Während der BIWa-Sonntagsöffnung im Juni boten wir einen Workshop „Nachhaltige Wachstücher“ an. Wir und sechs Teilnehmende hatten trotz zusätzlicher „Bügeleisen-Hitze“ Spaß daran, einen Ersatz für umweltbelastende Klarsichtfolien herzustellen. Welches Material es braucht und wie genau das geht, wird hier erklärt. Ganz unten eine Fotogalerie zum Ablauf.

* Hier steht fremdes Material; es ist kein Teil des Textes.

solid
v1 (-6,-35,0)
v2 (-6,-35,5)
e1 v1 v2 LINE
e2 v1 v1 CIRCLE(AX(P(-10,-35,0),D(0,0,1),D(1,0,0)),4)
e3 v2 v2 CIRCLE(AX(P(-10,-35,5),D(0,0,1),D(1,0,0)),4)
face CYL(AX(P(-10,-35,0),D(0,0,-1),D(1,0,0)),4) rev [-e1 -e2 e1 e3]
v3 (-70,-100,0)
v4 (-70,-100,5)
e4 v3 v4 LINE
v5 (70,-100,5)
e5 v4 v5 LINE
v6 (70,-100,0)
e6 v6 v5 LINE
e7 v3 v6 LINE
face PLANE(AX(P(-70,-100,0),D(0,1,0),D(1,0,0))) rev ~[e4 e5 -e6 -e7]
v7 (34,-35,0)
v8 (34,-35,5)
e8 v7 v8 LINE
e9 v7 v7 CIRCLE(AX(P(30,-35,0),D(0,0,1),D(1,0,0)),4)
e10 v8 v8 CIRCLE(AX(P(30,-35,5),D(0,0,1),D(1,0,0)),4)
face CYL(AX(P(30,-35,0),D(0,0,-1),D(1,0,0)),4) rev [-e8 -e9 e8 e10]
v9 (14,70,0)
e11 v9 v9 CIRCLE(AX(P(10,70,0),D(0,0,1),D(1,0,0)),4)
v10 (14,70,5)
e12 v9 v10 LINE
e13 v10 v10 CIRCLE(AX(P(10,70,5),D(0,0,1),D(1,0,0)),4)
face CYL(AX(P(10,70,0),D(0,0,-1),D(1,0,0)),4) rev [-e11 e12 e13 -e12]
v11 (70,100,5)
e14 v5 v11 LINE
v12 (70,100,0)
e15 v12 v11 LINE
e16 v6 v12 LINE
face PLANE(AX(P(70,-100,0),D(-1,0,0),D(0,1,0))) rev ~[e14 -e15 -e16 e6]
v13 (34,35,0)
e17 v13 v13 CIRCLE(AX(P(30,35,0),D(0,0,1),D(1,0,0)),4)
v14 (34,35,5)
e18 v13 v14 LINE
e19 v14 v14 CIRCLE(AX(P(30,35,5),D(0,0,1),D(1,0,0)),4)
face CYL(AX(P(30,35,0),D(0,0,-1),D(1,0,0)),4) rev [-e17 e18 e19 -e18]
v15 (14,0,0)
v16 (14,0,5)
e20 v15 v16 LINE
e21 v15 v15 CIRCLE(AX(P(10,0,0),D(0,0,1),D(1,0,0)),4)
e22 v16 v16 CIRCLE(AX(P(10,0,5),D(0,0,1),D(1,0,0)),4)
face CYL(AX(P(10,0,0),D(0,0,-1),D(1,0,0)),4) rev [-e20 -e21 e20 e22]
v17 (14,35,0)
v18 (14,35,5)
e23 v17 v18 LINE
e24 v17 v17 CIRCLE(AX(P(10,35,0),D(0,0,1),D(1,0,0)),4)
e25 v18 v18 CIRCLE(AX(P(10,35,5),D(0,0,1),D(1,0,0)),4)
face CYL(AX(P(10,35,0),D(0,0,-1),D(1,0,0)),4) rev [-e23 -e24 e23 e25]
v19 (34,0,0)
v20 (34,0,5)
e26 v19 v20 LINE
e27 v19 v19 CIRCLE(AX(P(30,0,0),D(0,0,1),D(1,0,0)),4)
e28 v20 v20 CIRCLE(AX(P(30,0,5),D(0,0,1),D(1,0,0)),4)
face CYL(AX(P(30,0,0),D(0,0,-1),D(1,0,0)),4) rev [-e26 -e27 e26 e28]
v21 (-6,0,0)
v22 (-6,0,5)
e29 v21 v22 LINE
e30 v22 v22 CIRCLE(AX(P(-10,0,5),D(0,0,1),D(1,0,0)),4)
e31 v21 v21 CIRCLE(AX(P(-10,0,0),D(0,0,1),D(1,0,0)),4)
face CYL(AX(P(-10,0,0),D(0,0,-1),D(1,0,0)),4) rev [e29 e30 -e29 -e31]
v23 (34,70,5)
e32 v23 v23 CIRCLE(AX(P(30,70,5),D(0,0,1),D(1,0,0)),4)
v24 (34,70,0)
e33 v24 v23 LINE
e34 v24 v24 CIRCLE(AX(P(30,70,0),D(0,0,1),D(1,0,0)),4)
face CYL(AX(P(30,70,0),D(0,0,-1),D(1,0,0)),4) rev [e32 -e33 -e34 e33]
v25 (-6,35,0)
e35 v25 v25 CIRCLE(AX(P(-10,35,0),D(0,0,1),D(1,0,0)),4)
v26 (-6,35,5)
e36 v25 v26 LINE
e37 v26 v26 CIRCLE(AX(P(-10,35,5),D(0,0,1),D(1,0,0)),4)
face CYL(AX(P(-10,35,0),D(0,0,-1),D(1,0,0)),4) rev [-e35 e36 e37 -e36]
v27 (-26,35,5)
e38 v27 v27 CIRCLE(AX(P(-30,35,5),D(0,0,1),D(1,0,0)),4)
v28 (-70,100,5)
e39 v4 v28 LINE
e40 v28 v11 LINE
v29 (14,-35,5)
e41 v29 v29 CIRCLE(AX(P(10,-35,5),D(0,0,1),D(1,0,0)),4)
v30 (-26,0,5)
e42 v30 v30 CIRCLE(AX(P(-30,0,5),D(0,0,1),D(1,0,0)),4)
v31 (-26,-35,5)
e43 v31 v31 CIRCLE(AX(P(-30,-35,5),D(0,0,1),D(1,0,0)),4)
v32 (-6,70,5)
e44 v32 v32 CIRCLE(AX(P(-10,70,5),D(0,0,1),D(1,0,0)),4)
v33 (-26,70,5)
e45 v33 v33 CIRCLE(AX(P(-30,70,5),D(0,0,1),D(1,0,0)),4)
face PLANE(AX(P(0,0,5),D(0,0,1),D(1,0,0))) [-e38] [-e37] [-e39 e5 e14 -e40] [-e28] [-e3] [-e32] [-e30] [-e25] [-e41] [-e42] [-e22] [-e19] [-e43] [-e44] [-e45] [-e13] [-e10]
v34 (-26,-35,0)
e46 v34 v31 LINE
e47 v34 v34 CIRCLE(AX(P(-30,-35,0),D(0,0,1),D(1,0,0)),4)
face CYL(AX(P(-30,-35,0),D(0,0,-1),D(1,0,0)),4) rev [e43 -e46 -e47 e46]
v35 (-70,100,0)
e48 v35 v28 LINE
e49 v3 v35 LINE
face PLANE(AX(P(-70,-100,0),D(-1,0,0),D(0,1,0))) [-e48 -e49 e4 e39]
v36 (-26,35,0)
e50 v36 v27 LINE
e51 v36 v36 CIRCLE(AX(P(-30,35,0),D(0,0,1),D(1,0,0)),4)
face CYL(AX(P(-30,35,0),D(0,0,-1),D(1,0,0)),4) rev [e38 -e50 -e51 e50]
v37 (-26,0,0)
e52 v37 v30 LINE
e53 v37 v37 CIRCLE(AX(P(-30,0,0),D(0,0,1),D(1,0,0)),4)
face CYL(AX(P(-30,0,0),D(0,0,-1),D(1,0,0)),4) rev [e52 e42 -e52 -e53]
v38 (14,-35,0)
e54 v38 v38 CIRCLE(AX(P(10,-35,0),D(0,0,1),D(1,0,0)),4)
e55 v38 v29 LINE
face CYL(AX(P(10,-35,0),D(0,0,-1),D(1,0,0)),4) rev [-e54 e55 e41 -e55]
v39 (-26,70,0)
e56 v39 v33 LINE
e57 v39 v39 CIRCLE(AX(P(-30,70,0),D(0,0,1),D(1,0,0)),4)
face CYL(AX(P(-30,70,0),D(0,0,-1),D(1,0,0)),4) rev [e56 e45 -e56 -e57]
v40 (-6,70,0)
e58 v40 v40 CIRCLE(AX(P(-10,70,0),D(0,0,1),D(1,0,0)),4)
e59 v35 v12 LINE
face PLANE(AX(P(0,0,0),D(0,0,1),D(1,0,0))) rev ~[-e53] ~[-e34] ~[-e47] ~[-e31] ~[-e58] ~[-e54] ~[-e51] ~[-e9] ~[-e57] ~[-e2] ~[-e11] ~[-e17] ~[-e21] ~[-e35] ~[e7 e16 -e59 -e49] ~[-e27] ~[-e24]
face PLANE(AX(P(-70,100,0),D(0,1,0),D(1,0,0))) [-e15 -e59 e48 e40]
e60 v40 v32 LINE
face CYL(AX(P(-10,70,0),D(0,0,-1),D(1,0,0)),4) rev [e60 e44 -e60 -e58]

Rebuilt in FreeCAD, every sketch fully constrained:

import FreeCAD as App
import Part
import Sketcher
Q = App.Units.Quantity


def add_polygon(sketch, points):
    """Adds a closed chain of lines whose ends are joined by coincident constraints."""
    first, n = sketch.GeometryCount, len(points)
    for a, b in zip(points, points[1:] + points[:1]):
        sketch.addGeometry(Part.LineSegment(App.Vector(*a, 0), App.Vector(*b, 0)), False)
    for i in range(n):
        sketch.addConstraint(Sketcher.Constraint("Coincident", first + i, 2, first + (i + 1) % n, 1))

doc = App.newDocument("Part")
params = doc.addObject("Spreadsheet::Sheet", "Params")
for row, (alias, value) in enumerate([
    ("sketch1_diameter", "8 mm"),
    ("sketch1_width", "140 mm"),
    ("sketch1_height", "200 mm"),
    ("pad1_length", "5 mm"),
], start=1):
    params.set(f"A{row}", alias)
    params.set(f"B{row}", "=" + value)
    params.setAlias(f"B{row}", alias)

body = doc.addObject("PartDesign::Body", "Body")

# Sketch on XY plane
sketch1 = body.newObject("Sketcher::SketchObject", "Sketch")
sketch1.AttachmentSupport = (doc.getObject("XY_Plane"), [""])
sketch1.MapMode = "FlatFace"
add_polygon(sketch1, [(-70, 100), (-70, -100), (70, -100), (70, 100)])  # lines 0-3
sketch1.addGeometry(Part.Circle(App.Vector(-30, -35, 0), App.Vector(0, 0, 1), 4), False)  # 4
sketch1.addGeometry(Part.Circle(App.Vector(-10, -35, 0), App.Vector(0, 0, 1), 4), False)  # 5
sketch1.addGeometry(Part.Circle(App.Vector(-30, 0, 0), App.Vector(0, 0, 1), 4), False)  # 6
sketch1.addGeometry(Part.Circle(App.Vector(-10, 0, 0), App.Vector(0, 0, 1), 4), False)  # 7
sketch1.addGeometry(Part.Circle(App.Vector(10, -35, 0), App.Vector(0, 0, 1), 4), False)  # 8
sketch1.addGeometry(Part.Circle(App.Vector(30, -35, 0), App.Vector(0, 0, 1), 4), False)  # 9
sketch1.addGeometry(Part.Circle(App.Vector(10, 0, 0), App.Vector(0, 0, 1), 4), False)  # 10
sketch1.addGeometry(Part.Circle(App.Vector(30, 0, 0), App.Vector(0, 0, 1), 4), False)  # 11
sketch1.addGeometry(Part.Circle(App.Vector(-30, 35, 0), App.Vector(0, 0, 1), 4), False)  # 12
sketch1.addGeometry(Part.Circle(App.Vector(-10, 35, 0), App.Vector(0, 0, 1), 4), False)  # 13
sketch1.addGeometry(Part.Circle(App.Vector(-30, 70, 0), App.Vector(0, 0, 1), 4), False)  # 14
sketch1.addGeometry(Part.Circle(App.Vector(-10, 70, 0), App.Vector(0, 0, 1), 4), False)  # 15
sketch1.addGeometry(Part.Circle(App.Vector(10, 35, 0), App.Vector(0, 0, 1), 4), False)  # 16
sketch1.addGeometry(Part.Circle(App.Vector(30, 35, 0), App.Vector(0, 0, 1), 4), False)  # 17
sketch1.addGeometry(Part.Circle(App.Vector(10, 70, 0), App.Vector(0, 0, 1), 4), False)  # 18
sketch1.addGeometry(Part.Circle(App.Vector(30, 70, 0), App.Vector(0, 0, 1), 4), False)  # 19
sketch1.addConstraint(Sketcher.Constraint("Vertical", 0))
sketch1.addConstraint(Sketcher.Constraint("Horizontal", 1))
sketch1.addConstraint(Sketcher.Constraint("Vertical", 2))
sketch1.addConstraint(Sketcher.Constraint("Horizontal", 3))
sketch1.addConstraint(Sketcher.Constraint("Equal", 4, 5))
sketch1.addConstraint(Sketcher.Constraint("Equal", 5, 6))
sketch1.addConstraint(Sketcher.Constraint("Equal", 6, 7))
sketch1.addConstraint(Sketcher.Constraint("Equal", 7, 8))
sketch1.addConstraint(Sketcher.Constraint("Equal", 8, 9))
sketch1.addConstraint(Sketcher.Constraint("Equal", 9, 10))
sketch1.addConstraint(Sketcher.Constraint("Equal", 10, 11))
sketch1.addConstraint(Sketcher.Constraint("Equal", 11, 12))
sketch1.addConstraint(Sketcher.Constraint("Equal", 12, 13))
sketch1.addConstraint(Sketcher.Constraint("Equal", 13, 14))
sketch1.addConstraint(Sketcher.Constraint("Equal", 14, 15))
sketch1.addConstraint(Sketcher.Constraint("Equal", 15, 16))
sketch1.addConstraint(Sketcher.Constraint("Equal", 16, 17))
sketch1.addConstraint(Sketcher.Constraint("Equal", 17, 18))
sketch1.addConstraint(Sketcher.Constraint("Equal", 18, 19))
sketch1.addConstraint(Sketcher.Constraint("Symmetric", 7, 3, 10, 3, -1, 1))
sketch1.addConstraint(Sketcher.Constraint("Symmetric", 6, 3, 11, 3, -1, 1))
sketch1.addConstraint(Sketcher.Constraint("Symmetric", 9, 3, 12, 3, -1, 1))
sketch1.addConstraint(Sketcher.Constraint("Symmetric", 8, 3, 13, 3, -1, 1))
sketch1.addConstraint(Sketcher.Constraint("Symmetric", 5, 3, 16, 3, -1, 1))
sketch1.addConstraint(Sketcher.Constraint("Symmetric", 4, 3, 17, 3, -1, 1))
sketch1.addConstraint(Sketcher.Constraint("Symmetric", 0, 2, 2, 2, -1, 1))
sketch1.addConstraint(Sketcher.Constraint("Symmetric", 5, 3, 8, 3, -2))
sketch1.addConstraint(Sketcher.Constraint("Symmetric", 4, 3, 9, 3, -2))
sketch1.addConstraint(Sketcher.Constraint("Symmetric", 15, 3, 18, 3, -2))
sketch1.addConstraint(Sketcher.Constraint("Symmetric", 14, 3, 19, 3, -2))
sketch1.addConstraint(Sketcher.Constraint("PointOnObject", 6, 3, -1))
sketch1.addConstraint(Sketcher.Constraint("PointOnObject", 7, 3, -1))
sketch1.addConstraint(Sketcher.Constraint("Horizontal", 4, 3, 5, 3))
sketch1.addConstraint(Sketcher.Constraint("Horizontal", 14, 3, 15, 3))
sketch1.addConstraint(Sketcher.Constraint("Vertical", 4, 3, 6, 3))
sketch1.addConstraint(Sketcher.Constraint("Vertical", 5, 3, 7, 3))
sketch1.addConstraint(Sketcher.Constraint("Vertical", 12, 3, 14, 3))
sketch1.addConstraint(Sketcher.Constraint("Vertical", 13, 3, 15, 3))
sketch1.addConstraint(Sketcher.Constraint("Diameter", 4, Q("8 mm")))
sketch1.addConstraint(Sketcher.Constraint("DistanceX", 1, 1, 1, 2, Q("140 mm")))
sketch1.addConstraint(Sketcher.Constraint("DistanceY", 0, 2, 0, 1, Q("200 mm")))
sketch1.addConstraint(Sketcher.Constraint("DistanceX", 4, 3, -1, 1, Q("30 mm")))
sketch1.addConstraint(Sketcher.Constraint("DistanceY", 4, 3, -1, 1, Q("35 mm")))
sketch1.addConstraint(Sketcher.Constraint("DistanceX", 5, 3, -1, 1, Q("10 mm")))
sketch1.addConstraint(Sketcher.Constraint("DistanceY", -1, 1, 14, 3, Q("70 mm")))
sketch1.setExpression("Constraints[42]", "Params.sketch1_diameter")
sketch1.setExpression("Constraints[43]", "Params.sketch1_width")
sketch1.setExpression("Constraints[44]", "Params.sketch1_height")
pad1 = body.newObject("PartDesign::Pad", "Pad")
pad1.Profile = sketch1
pad1.setExpression("Length", "Params.pad1_length")

doc.recompute()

- Baumwollstoff – OEKO-TEX® Standard 100 oder GOTS
- Schneiderschere, ggf. Zacken-Schere
- Bügeleisen
- Unterlegschutz für Arbeitstisch
- Backpapier
- Jojobaöl-Tropfen – chemiefrei, kaltgepresst (z. B. Kanzy, Primavera, Nanoil -> Rossmann, Dr. Scheller -> dm) -> Nicht in direktem Kontakt mit fettigen Lebensmittel verwenden! Siehe auch „Hinweise“
Alternativ hochwertiges Bio-Rapsöl oder Kokos-Öl - geraspeltes Bienenwachs (1 Stunde vorab das Wachsstück in den Kühlschrank legen)
- gemahlenes Kiefernharz – ohne synthetische Zusätze (z. B. Little Bee Fresh aus Österreich) – kann auch weggelassen werden, macht die Tücher aber robuster, weil sich Bienenwachs und Stoff besser verbinden und wirkt zusätzlich antibakteriell
Alternativ Fichten- oder Lärchenharz, da allgemein weniger allergieauslösend
So geht‘s
- Baumwollstoff mit(Zacken-)Schere auf gewünschte Größe zuschneiden, für mehr Stücke hilft Schablone
- Backpapier auf den mit einem Unterlegschutz abgedeckten Tisch ausbreiten und Stoff platzieren
- gleichmäßig Jojoba-, Raps- oder Kokosöl darauf träufeln. Nicht zu stark tränken, beim späteren Bügeln verteilt sich das von allein
- geraspeltes oder dünn geschabtes Bienenwachs und (mit Mörser oder Kaffeemühle, hier nur 1x kurz drücken) zerkleinertes Kiefern- oder Fichtenharz (1-3 g) auf den Stoff verteilen. Nicht zu viel verwenden, sonst wird das Tuch zu steif. Besser erst testen, nachstreuen geht immer. Auch möglich: Wachs im Wasserbad schmelzen, mit Backpinsel auftragen
- Zweites Stück Backpapier obenauf legen
- mit Bügeleisen (Stufe bis Baumwollstufe ohne Dampf) vorsichtig und ohne großen Druck über das Backpapier fahren, bis alles verteilt ist; Alternativ Backofen
- oberes Backpapier abziehen und das fertige Tuch kurz hin- und herwedeln und aufhängen, bis es fest ist
- aufbewahren liegend oder gerollt (lichtgeschützt, nicht zu warm)
- reinigen, ggf. mit Schwämmchen, unter fließend lauwarmen Wasser
- (alkoholfreies) Spülmittel nur bei hartnäckiger Verschmutzung
- nur ausdrücken, nicht wringen oder zu fest rubbeln; dann sanft ausstreichen, mit den Händen Wasser abstreifen, mit Abtrocktuch nachtrocknen, aufhängen
- brüchige, schadhafte Stellen zwischen Backpapier aufbügeln, ggf. mit Wachs und / oder Öl nachbessern
Hinweise
- Wachstücher sind nicht geeignet für rohes Fleisch oder Fisch!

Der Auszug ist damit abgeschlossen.